What for? • Gene annotation: link every gene in Ensembl to observed phenotypes in cell-based assays (so do we ignore compound screens?) • Phenoytpic clustering: genes with similar phenotype profiles have similar function
Phenotypes are not as simple as sequences or structures The mapping: single-gene knockdown to phenotype depends on genetic background, genetic interactions, environment. The "phenotypic profile of a gene" (in absolute terms) is a misleading oversimplification. But genes can be meaningful grouped/categorized by comparing their phenotypic profiles if measured uniformly.

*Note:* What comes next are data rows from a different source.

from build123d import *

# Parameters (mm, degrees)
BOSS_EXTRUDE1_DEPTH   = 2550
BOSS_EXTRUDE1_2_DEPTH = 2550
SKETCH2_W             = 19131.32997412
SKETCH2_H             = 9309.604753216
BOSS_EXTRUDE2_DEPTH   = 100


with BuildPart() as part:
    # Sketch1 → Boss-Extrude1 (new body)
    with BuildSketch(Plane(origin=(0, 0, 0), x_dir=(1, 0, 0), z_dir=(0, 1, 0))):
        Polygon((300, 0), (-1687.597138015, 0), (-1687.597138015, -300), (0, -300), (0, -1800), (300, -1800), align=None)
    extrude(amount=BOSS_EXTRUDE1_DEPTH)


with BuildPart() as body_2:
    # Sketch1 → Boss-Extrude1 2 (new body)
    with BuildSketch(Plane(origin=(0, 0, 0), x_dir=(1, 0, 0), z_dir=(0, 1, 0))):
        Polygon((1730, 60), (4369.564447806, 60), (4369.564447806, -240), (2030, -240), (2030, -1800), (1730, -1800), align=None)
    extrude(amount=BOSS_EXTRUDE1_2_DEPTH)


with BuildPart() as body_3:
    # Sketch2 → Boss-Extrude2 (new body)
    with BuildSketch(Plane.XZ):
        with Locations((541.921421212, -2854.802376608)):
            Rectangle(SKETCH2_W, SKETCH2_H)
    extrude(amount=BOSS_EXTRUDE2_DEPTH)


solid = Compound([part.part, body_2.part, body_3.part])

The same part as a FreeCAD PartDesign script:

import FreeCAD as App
import Part
import Sketcher

V = App.Vector

doc = App.newDocument("Part")
body = doc.addObject("PartDesign::Body", "Body")

sketch1 = body.newObject("Sketcher::SketchObject", "Sketch")
sketch1.AttachmentSupport = (doc.getObject("XZ_Plane"), [""])
sketch1.MapMode = "FlatFace"
sketch1.addGeometry([
    Part.LineSegment(V(300, 0, 0), V(-1688, 0, 0)),
    Part.LineSegment(V(-1688, 0, 0), V(-1688, 300, 0)),
    Part.LineSegment(V(-1688, 300, 0), V(0, 300, 0)),
    Part.LineSegment(V(0, 300, 0), V(0, 1800, 0)),
    Part.LineSegment(V(0, 1800, 0), V(300, 1800, 0)),
    Part.LineSegment(V(300, 1800, 0), V(300, 0, 0)),
], False)
sketch1.addConstraint([
    Sketcher.Constraint("Coincident", 0, 2, 1, 1),
    Sketcher.Constraint("Coincident", 1, 2, 2, 1),
    Sketcher.Constraint("Coincident", 2, 2, 3, 1),
    Sketcher.Constraint("Coincident", 3, 2, 4, 1),
    Sketcher.Constraint("Coincident", 4, 2, 5, 1),
    Sketcher.Constraint("Coincident", 5, 2, 0, 1),
    Sketcher.Constraint("Horizontal", 0),
    Sketcher.Constraint("Vertical", 1),
    Sketcher.Constraint("Horizontal", 2),
    Sketcher.Constraint("Vertical", 3),
    Sketcher.Constraint("Horizontal", 4),
    Sketcher.Constraint("Vertical", 5),
    Sketcher.Constraint("PointOnObject", 0, 2, -1),
    Sketcher.Constraint("PointOnObject", 2, 2, -2),
    Sketcher.Constraint("Equal", 4, 1),
    Sketcher.Constraint("DistanceX", 4, 1, 4, 2, 300.0),
    Sketcher.Constraint("DistanceY", 3, 1, 3, 2, 1500.0),
    Sketcher.Constraint("DistanceX", 0, 2, 0, 1, 1987.597138),
])
pad1 = body.newObject("PartDesign::Pad", "Pad")
pad1.Profile = sketch1
pad1.Length = 2550
pad1.Reversed = True
body2 = doc.addObject("PartDesign::Body", "Body001")

sketch2 = body2.newObject("Sketcher::SketchObject", "Sketch001")
sketch2.AttachmentSupport = (doc.getObject("XZ_Plane001"), [""])
sketch2.MapMode = "FlatFace"
sketch2.addGeometry([
    Part.LineSegment(V(4370, -60, 0), V(1730, -60, 0)),
    Part.LineSegment(V(1730, -60, 0), V(1730, 1800, 0)),
    Part.LineSegment(V(1730, 1800, 0), V(2030, 1800, 0)),
    Part.LineSegment(V(2030, 1800, 0), V(2030, 240, 0)),
    Part.LineSegment(V(2030, 240, 0), V(4370, 240, 0)),
    Part.LineSegment(V(4370, 240, 0), V(4370, -60, 0)),
], False)
sketch2.addConstraint([
    Sketcher.Constraint("Coincident", 0, 2, 1, 1),
    Sketcher.Constraint("Coincident", 1, 2, 2, 1),
    Sketcher.Constraint("Coincident", 2, 2, 3, 1),
    Sketcher.Constraint("Coincident", 3, 2, 4, 1),
    Sketcher.Constraint("Coincident", 4, 2, 5, 1),
    Sketcher.Constraint("Coincident", 5, 2, 0, 1),
    Sketcher.Constraint("Horizontal", 0),
    Sketcher.Constraint("Vertical", 1),
    Sketcher.Constraint("Horizontal", 2),
    Sketcher.Constraint("Vertical", 3),
    Sketcher.Constraint("Horizontal", 4),
    Sketcher.Constraint("Vertical", 5),
    Sketcher.Constraint("Equal", 2, 5),
    Sketcher.Constraint("DistanceX", 2, 1, 2, 2, 300.0),
    Sketcher.Constraint("DistanceY", 1, 1, 1, 2, 1860.0),
    Sketcher.Constraint("DistanceX", -1, 1, 0, 2, 1730.0),
    Sketcher.Constraint("DistanceY", 0, 2, -1, 1, 60.0),
    Sketcher.Constraint("DistanceX", 0, 2, 0, 1, 2639.564448),
])
pad2 = body2.newObject("PartDesign::Pad", "Pad001")
pad2.Profile = sketch2
pad2.Length = 2550
pad2.Reversed = True
body3 = doc.addObject("PartDesign::Body", "Body002")

sketch3 = body3.newObject("Sketcher::SketchObject", "Sketch002")
sketch3.AttachmentSupport = (doc.getObject("XZ_Plane002"), [""])
sketch3.MapMode = "FlatFace"
sketch3.addGeometry([
    Part.LineSegment(V(-9024, 1800, 0), V(-9024, -7510, 0)),
    Part.LineSegment(V(-9024, -7510, 0), V(10108, -7510, 0)),
    Part.LineSegment(V(10108, -7510, 0), V(10108, 1800, 0)),
    Part.LineSegment(V(10108, 1800, 0), V(-9024, 1800, 0)),
], False)
sketch3.addConstraint([
    Sketcher.Constraint("Coincident", 0, 2, 1, 1),
    Sketcher.Constraint("Coincident", 1, 2, 2, 1),
    Sketcher.Constraint("Coincident", 2, 2, 3, 1),
    Sketcher.Constraint("Coincident", 3, 2, 0, 1),
    Sketcher.Constraint("Vertical", 0),
    Sketcher.Constraint("Horizontal", 1),
    Sketcher.Constraint("Vertical", 2),
    Sketcher.Constraint("Horizontal", 3),
    Sketcher.Constraint("DistanceY", -1, 1, 2, 2, 1800.0),
    Sketcher.Constraint("DistanceX", 1, 1, 1, 2, 19131.329974),
    Sketcher.Constraint("DistanceY", 0, 2, 0, 1, 9309.604753),
    Sketcher.Constraint("DistanceX", -1, 1, 1, 2, 10107.586408),
])
pad3 = body3.newObject("PartDesign::Pad", "Pad002")
pad3.Profile = sketch3
pad3.Length = 100

doc.recompute()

How to navigate the data? By reagent (e.g. siRNA) By phenotype (standardized ontology, or as defined by author / publication?) Any attempt for us to reproduce the authors' image analysis and phenotype assignment? To represent and query intermediate results? --- many arguments for making this a separate task.
Three Tiers • Archive: Raw images/movies • Warehouse: Extracted numbers (one 'vector' per reagent) - idiosyncratic per experiment • Compendium: meaningful comparisons of numbers are possible between experiments
Preprocessing • The computations that turn images (with various number of "colors", resolution, 2...5D) into numbers are not standardized and likely not standardizable • They need not work image-by-image, but depend on the whole set (e.g. trainining of machine learning algorithms) • Even the authors' software implementations are usually inaccessible to others (we are working on this) • Reproduction is extremely difficult (in practice impossible)
Replacement costs • Simple genome-wide screen: 200-500 k€ • Mitocheck-type: ~ 5 M€
Secondary benefits • Having several different sets of raw data in one place will facilitate development of best practice analysis strategies
Related projects • Genome RNAi (Boutros, DKFZ) • FLIGHT (Baum, LICR) • Mitocheck (Ellenberg, Durbin/Sanger) • OME
Possible Next Steps • Create prototype database(s) as part of (and funded through) specific collaborations • Assemble a by-invitation only workshop (eg. WT) to test whether there is sufficient interest in the community (e.g. Ellenberg, Krausz/MPG, Pepperkok/EMBL, Durbin, Heriché/Sanger, Altschuler/UTSW, A. Carpenter/MIT, Boutros, Eils/DKFZ, Pelkmans/ETH, Taipale/Helsinki) Companies?